» TASK DETAILS
Beginning with the line below that contains "#60=AXIS2_PLACEMENT_3D('',#59,#16,#17);" and ending with the line that contains "#66=CYLINDRICAL_SURFACE('',#35,3.95);", copy every line exactly. Copy nothing else.

» MATERIAL TO PROCESS
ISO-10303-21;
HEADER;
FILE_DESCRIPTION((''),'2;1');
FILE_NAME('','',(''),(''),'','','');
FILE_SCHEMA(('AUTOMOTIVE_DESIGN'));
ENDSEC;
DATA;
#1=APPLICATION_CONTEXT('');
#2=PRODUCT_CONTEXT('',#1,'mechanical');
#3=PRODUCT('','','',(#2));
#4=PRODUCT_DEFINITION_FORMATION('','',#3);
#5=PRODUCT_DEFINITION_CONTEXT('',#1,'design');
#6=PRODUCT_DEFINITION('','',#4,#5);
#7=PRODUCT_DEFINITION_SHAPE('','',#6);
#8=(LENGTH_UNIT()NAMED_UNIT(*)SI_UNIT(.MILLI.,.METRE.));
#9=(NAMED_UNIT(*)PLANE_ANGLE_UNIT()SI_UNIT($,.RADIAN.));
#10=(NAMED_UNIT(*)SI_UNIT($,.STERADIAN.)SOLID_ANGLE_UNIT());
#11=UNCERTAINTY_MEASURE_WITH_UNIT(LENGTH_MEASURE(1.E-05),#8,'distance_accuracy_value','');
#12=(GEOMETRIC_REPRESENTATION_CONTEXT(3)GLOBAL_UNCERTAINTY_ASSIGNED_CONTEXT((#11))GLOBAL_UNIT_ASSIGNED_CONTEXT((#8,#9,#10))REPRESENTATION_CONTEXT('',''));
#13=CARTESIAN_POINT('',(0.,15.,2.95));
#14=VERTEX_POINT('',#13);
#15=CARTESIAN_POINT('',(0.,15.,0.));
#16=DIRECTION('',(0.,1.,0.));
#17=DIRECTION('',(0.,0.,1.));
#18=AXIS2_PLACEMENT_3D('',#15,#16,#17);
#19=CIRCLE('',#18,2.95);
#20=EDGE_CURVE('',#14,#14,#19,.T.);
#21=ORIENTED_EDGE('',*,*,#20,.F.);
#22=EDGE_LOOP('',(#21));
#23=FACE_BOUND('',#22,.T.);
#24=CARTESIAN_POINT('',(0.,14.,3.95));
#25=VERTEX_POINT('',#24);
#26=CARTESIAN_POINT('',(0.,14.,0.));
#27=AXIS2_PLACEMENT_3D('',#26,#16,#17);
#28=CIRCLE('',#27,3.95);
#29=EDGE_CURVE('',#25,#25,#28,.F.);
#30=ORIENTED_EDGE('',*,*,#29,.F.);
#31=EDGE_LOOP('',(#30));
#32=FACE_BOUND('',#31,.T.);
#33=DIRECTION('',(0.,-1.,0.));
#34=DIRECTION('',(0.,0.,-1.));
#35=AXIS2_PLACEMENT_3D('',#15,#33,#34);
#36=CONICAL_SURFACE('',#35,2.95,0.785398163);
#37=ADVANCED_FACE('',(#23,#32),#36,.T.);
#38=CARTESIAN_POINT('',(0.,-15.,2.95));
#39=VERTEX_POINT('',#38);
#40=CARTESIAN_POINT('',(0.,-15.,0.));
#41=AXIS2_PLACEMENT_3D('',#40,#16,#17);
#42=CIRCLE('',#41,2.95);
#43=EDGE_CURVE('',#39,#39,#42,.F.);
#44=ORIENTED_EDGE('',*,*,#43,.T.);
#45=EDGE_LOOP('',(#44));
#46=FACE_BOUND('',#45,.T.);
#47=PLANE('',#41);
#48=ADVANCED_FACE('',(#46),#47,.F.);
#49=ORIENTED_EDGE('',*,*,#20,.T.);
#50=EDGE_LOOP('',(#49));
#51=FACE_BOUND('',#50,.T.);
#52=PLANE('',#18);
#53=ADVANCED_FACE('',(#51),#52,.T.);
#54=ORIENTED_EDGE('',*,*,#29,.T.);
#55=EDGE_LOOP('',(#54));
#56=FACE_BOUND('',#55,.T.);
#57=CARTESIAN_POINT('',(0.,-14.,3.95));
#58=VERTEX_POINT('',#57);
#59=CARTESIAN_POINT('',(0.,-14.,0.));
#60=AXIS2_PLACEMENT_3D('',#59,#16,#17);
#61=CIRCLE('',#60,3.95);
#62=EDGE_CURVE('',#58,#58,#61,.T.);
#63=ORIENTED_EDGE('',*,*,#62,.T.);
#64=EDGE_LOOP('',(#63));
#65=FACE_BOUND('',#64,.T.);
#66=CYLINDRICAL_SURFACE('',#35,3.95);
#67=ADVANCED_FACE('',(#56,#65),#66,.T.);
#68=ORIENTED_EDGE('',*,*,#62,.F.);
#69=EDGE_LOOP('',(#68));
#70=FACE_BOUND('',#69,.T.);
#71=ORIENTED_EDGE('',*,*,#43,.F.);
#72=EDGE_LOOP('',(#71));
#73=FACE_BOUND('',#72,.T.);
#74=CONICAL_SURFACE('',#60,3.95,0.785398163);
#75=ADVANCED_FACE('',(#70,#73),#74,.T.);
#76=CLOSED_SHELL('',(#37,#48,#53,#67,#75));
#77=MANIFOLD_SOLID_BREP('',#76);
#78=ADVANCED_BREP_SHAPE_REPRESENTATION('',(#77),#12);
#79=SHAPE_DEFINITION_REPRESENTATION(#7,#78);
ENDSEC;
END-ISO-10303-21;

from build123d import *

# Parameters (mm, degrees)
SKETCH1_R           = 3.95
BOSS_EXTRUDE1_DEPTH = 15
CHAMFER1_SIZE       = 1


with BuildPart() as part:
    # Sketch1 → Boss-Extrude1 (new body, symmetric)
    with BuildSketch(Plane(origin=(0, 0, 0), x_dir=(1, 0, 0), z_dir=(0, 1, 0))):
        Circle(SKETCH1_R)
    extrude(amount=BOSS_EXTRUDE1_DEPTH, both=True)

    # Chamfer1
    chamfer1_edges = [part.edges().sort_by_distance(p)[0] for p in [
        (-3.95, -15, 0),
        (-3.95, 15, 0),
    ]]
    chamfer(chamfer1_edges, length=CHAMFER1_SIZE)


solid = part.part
==
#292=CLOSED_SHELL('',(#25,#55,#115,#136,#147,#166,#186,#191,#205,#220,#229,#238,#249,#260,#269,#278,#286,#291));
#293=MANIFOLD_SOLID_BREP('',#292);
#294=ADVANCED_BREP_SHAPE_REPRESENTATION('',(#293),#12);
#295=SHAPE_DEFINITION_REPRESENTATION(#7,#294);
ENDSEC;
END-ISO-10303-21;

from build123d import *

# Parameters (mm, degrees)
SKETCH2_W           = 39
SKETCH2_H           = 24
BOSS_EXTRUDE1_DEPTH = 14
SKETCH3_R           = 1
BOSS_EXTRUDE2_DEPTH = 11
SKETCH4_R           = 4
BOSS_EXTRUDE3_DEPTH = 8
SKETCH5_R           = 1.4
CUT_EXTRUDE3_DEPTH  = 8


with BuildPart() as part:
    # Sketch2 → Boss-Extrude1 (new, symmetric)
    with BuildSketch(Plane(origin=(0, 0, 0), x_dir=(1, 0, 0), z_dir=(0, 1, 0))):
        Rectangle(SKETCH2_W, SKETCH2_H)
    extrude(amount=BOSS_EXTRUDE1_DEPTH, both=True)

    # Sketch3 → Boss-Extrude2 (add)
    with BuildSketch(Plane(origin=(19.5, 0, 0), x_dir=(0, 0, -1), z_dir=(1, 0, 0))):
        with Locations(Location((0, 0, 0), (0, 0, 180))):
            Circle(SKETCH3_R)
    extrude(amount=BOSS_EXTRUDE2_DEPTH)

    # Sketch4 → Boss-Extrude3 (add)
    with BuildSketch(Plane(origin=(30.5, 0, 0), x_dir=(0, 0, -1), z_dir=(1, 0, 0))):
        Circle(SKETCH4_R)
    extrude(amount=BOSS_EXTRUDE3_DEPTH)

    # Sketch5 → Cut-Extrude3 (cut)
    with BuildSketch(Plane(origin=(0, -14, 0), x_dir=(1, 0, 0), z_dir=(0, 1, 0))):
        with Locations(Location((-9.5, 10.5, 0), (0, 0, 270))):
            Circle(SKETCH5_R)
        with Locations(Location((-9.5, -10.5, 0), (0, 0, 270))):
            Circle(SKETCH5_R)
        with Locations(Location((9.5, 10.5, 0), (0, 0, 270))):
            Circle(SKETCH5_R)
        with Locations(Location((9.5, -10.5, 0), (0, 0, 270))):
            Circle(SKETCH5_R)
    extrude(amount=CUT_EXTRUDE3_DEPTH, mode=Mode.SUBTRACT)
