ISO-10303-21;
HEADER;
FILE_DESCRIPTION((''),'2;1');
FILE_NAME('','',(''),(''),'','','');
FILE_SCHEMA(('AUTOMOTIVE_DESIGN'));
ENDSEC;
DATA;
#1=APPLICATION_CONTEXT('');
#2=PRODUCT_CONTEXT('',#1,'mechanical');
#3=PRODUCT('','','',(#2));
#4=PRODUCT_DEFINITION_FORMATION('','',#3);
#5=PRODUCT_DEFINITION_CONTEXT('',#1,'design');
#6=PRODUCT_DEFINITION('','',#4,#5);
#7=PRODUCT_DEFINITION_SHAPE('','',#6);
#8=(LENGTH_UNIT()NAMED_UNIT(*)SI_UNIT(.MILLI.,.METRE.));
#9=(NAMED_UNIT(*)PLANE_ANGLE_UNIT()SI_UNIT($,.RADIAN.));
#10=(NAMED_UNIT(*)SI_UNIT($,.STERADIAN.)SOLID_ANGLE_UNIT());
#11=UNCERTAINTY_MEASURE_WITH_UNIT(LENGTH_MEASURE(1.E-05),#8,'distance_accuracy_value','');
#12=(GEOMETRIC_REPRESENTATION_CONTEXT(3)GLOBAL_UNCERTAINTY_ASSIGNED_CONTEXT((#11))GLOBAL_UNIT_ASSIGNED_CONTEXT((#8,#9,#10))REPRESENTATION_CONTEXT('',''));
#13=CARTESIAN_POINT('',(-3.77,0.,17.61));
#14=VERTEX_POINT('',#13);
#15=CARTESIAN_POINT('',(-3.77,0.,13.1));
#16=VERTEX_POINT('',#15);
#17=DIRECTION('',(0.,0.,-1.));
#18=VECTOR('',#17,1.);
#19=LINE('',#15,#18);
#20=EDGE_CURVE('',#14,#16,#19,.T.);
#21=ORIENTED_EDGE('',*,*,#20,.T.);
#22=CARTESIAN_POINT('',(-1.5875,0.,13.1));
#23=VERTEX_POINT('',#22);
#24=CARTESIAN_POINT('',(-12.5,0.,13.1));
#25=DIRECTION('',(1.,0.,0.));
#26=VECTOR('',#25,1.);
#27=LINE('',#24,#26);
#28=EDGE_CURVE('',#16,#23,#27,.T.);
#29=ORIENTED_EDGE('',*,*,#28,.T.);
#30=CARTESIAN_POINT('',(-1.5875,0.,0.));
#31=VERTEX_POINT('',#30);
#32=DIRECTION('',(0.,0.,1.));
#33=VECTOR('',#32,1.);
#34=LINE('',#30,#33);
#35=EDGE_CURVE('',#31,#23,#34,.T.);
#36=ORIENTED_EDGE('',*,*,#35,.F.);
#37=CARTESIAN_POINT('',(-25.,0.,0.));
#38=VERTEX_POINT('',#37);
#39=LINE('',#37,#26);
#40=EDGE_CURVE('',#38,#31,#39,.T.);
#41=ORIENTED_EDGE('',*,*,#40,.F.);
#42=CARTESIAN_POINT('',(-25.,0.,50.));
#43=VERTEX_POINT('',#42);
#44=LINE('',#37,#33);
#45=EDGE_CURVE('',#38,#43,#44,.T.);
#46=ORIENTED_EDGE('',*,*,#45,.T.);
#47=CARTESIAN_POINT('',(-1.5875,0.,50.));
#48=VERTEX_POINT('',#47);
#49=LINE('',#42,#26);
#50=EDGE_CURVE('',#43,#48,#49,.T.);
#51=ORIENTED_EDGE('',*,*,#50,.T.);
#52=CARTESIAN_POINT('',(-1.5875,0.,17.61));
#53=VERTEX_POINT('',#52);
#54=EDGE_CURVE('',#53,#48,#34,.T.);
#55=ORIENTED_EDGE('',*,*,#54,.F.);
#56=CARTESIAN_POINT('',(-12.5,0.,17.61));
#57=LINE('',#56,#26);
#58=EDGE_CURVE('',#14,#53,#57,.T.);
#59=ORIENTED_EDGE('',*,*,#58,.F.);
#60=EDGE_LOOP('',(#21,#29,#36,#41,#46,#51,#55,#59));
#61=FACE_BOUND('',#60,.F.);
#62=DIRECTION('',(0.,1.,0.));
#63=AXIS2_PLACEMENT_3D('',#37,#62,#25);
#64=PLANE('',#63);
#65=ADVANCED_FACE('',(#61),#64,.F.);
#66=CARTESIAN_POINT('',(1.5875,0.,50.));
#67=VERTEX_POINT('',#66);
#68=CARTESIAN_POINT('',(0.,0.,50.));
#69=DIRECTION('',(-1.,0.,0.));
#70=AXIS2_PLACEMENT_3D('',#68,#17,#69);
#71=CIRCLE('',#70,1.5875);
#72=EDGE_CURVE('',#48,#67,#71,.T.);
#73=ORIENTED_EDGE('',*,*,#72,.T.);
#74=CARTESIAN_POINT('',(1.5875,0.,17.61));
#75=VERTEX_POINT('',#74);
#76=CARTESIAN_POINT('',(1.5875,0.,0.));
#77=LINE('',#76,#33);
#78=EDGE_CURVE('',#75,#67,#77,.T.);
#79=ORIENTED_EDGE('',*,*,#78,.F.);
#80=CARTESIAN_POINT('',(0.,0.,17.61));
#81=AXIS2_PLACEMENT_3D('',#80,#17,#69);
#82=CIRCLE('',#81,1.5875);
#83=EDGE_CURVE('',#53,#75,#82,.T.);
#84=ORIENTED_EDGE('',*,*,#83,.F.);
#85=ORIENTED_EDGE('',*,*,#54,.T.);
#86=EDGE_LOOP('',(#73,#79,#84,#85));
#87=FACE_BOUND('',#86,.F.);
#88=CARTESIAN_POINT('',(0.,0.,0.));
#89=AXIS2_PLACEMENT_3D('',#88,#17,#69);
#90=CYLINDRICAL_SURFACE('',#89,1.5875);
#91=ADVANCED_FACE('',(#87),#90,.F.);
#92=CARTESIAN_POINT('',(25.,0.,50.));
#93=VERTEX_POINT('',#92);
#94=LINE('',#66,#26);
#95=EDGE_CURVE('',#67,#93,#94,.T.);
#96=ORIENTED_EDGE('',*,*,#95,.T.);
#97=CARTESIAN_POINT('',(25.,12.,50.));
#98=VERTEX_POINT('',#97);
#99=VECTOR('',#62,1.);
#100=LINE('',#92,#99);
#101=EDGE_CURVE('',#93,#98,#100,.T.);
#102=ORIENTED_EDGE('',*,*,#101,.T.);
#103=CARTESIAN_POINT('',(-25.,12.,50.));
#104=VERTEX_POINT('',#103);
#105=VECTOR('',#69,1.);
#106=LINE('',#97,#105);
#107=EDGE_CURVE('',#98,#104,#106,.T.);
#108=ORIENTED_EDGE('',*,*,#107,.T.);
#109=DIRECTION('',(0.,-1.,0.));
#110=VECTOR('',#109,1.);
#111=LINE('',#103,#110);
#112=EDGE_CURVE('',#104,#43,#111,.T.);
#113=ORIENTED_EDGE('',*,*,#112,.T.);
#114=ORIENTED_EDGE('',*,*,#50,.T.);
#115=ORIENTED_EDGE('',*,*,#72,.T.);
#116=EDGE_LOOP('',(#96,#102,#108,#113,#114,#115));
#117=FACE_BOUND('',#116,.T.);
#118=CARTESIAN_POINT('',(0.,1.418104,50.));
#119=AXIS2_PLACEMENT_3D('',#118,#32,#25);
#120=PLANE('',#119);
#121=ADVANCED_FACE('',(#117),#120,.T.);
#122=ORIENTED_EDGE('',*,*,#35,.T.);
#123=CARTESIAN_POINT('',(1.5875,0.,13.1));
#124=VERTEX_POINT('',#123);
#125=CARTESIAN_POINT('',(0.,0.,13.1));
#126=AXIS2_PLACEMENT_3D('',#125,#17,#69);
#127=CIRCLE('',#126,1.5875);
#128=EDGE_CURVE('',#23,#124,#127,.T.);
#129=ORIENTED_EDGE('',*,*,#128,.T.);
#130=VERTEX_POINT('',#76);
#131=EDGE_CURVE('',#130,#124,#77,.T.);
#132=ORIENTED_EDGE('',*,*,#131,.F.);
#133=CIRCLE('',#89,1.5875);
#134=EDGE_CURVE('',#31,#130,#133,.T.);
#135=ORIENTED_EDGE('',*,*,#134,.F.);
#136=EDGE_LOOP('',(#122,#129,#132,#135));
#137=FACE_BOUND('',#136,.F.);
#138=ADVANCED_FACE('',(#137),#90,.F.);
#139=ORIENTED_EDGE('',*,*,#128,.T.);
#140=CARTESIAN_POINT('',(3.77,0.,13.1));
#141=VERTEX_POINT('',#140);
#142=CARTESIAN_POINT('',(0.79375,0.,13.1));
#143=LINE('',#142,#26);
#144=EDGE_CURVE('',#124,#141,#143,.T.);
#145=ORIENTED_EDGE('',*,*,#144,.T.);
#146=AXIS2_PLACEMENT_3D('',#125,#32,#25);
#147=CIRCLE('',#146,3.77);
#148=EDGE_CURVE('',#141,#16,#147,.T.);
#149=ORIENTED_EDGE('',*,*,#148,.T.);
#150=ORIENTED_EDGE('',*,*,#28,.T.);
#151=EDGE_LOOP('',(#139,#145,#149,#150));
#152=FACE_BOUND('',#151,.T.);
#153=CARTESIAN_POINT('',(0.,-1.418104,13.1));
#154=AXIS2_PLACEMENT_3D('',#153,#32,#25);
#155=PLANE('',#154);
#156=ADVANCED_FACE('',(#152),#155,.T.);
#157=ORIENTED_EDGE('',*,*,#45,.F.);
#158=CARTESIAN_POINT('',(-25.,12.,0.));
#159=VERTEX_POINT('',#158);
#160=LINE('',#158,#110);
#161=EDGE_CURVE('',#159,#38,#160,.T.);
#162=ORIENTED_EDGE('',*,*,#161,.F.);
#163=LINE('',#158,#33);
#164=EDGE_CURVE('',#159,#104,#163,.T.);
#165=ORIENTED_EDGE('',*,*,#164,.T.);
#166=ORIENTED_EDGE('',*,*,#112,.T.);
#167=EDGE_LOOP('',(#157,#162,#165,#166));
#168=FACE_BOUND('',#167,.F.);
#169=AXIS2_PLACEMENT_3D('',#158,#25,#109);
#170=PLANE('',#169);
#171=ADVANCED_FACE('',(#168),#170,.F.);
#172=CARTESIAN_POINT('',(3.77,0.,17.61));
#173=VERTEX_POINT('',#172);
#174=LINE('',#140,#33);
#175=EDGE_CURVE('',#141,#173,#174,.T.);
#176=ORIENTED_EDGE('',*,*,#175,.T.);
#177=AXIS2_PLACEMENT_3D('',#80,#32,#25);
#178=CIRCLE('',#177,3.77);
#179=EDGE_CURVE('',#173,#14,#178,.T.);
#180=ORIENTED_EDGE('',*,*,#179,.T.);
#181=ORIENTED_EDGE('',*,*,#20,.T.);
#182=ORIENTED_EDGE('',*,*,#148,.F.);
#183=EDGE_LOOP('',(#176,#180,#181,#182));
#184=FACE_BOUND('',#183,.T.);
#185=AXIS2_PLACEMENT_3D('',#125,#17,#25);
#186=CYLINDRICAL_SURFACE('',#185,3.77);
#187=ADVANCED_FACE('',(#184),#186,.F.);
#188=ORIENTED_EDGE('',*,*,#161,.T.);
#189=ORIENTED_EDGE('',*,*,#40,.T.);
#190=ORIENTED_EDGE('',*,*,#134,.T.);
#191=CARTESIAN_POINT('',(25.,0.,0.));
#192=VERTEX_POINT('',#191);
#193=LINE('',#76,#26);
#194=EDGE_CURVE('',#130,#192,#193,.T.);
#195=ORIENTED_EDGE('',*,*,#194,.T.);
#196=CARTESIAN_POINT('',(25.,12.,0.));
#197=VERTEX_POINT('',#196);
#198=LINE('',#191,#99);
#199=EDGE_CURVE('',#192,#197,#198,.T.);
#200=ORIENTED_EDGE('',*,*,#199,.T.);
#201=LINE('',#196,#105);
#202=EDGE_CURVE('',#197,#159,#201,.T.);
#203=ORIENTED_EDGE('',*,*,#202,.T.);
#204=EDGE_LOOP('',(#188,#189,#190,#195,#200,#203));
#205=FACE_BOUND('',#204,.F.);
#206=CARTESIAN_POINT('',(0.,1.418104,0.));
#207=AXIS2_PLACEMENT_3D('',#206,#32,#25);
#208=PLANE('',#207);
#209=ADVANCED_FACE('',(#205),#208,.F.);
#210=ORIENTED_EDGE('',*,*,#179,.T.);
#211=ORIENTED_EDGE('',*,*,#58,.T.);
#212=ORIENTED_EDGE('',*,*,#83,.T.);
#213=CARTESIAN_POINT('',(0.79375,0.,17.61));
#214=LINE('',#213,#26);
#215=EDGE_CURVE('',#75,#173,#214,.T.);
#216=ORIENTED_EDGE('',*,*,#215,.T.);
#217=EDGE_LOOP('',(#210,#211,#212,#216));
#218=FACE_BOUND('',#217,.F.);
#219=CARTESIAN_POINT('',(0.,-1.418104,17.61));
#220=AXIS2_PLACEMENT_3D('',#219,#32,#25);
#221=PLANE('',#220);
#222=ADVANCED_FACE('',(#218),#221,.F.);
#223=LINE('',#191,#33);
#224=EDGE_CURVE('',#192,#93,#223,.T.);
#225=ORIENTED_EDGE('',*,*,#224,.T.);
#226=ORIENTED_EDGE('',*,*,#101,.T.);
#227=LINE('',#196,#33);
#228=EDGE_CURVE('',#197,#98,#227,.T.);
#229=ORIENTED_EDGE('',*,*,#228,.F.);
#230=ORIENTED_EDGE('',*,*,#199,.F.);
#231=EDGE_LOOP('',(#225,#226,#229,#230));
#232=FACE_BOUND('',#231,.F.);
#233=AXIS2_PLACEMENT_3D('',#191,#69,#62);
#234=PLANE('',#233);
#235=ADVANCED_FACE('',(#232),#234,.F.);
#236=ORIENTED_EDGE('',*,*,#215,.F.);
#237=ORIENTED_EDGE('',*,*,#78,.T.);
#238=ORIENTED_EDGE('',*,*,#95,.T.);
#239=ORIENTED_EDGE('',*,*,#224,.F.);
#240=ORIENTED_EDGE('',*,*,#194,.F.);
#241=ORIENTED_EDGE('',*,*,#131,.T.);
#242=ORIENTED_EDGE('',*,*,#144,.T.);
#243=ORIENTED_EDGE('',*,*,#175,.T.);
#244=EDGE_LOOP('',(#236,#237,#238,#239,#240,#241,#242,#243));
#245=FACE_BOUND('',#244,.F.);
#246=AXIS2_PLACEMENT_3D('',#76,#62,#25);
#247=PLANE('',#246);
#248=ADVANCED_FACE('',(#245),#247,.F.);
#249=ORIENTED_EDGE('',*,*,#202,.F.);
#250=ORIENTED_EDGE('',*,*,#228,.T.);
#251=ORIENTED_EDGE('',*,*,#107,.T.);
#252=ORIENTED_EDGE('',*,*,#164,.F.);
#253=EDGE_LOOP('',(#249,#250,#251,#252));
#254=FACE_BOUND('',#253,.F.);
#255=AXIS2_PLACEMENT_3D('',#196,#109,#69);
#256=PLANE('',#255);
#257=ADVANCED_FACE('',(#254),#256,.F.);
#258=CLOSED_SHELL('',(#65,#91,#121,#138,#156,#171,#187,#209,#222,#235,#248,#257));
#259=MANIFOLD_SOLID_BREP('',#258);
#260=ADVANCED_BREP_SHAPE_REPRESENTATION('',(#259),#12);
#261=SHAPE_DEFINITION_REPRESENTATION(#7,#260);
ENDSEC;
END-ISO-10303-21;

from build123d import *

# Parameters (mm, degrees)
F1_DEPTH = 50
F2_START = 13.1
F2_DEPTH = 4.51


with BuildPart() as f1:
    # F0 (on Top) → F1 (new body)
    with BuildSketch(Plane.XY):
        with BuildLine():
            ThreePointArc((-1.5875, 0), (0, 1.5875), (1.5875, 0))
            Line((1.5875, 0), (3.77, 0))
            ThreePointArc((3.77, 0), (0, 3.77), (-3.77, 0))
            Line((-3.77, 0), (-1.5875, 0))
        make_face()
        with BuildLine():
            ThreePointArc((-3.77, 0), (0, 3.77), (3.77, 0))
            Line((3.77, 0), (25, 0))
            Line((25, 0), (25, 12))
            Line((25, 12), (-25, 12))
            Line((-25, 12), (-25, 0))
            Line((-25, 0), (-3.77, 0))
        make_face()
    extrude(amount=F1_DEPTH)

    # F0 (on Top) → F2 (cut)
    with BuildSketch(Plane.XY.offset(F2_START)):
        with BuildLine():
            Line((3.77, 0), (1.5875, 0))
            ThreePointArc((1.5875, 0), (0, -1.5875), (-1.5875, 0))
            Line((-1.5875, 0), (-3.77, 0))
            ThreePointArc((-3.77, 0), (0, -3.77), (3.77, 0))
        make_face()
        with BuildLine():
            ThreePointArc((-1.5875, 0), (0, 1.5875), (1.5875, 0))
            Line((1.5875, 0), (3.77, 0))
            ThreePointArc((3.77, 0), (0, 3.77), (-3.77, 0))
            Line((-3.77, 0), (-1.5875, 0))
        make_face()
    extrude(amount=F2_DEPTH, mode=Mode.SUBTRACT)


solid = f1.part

» RESULT
#60=AXIS2_PLACEMENT_3D('',#59,#16,#17);
#61=CIRCLE('',#60,3.95);
#62=EDGE_CURVE('',#58,#58,#61,.T.);
#63=ORIENTED_EDGE('',*,*,#62,.T.);
#64=EDGE_LOOP('',(#63));
#65=FACE_BOUND('',#64,.T.);
#66=CYLINDRICAL_SURFACE('',#35,3.95);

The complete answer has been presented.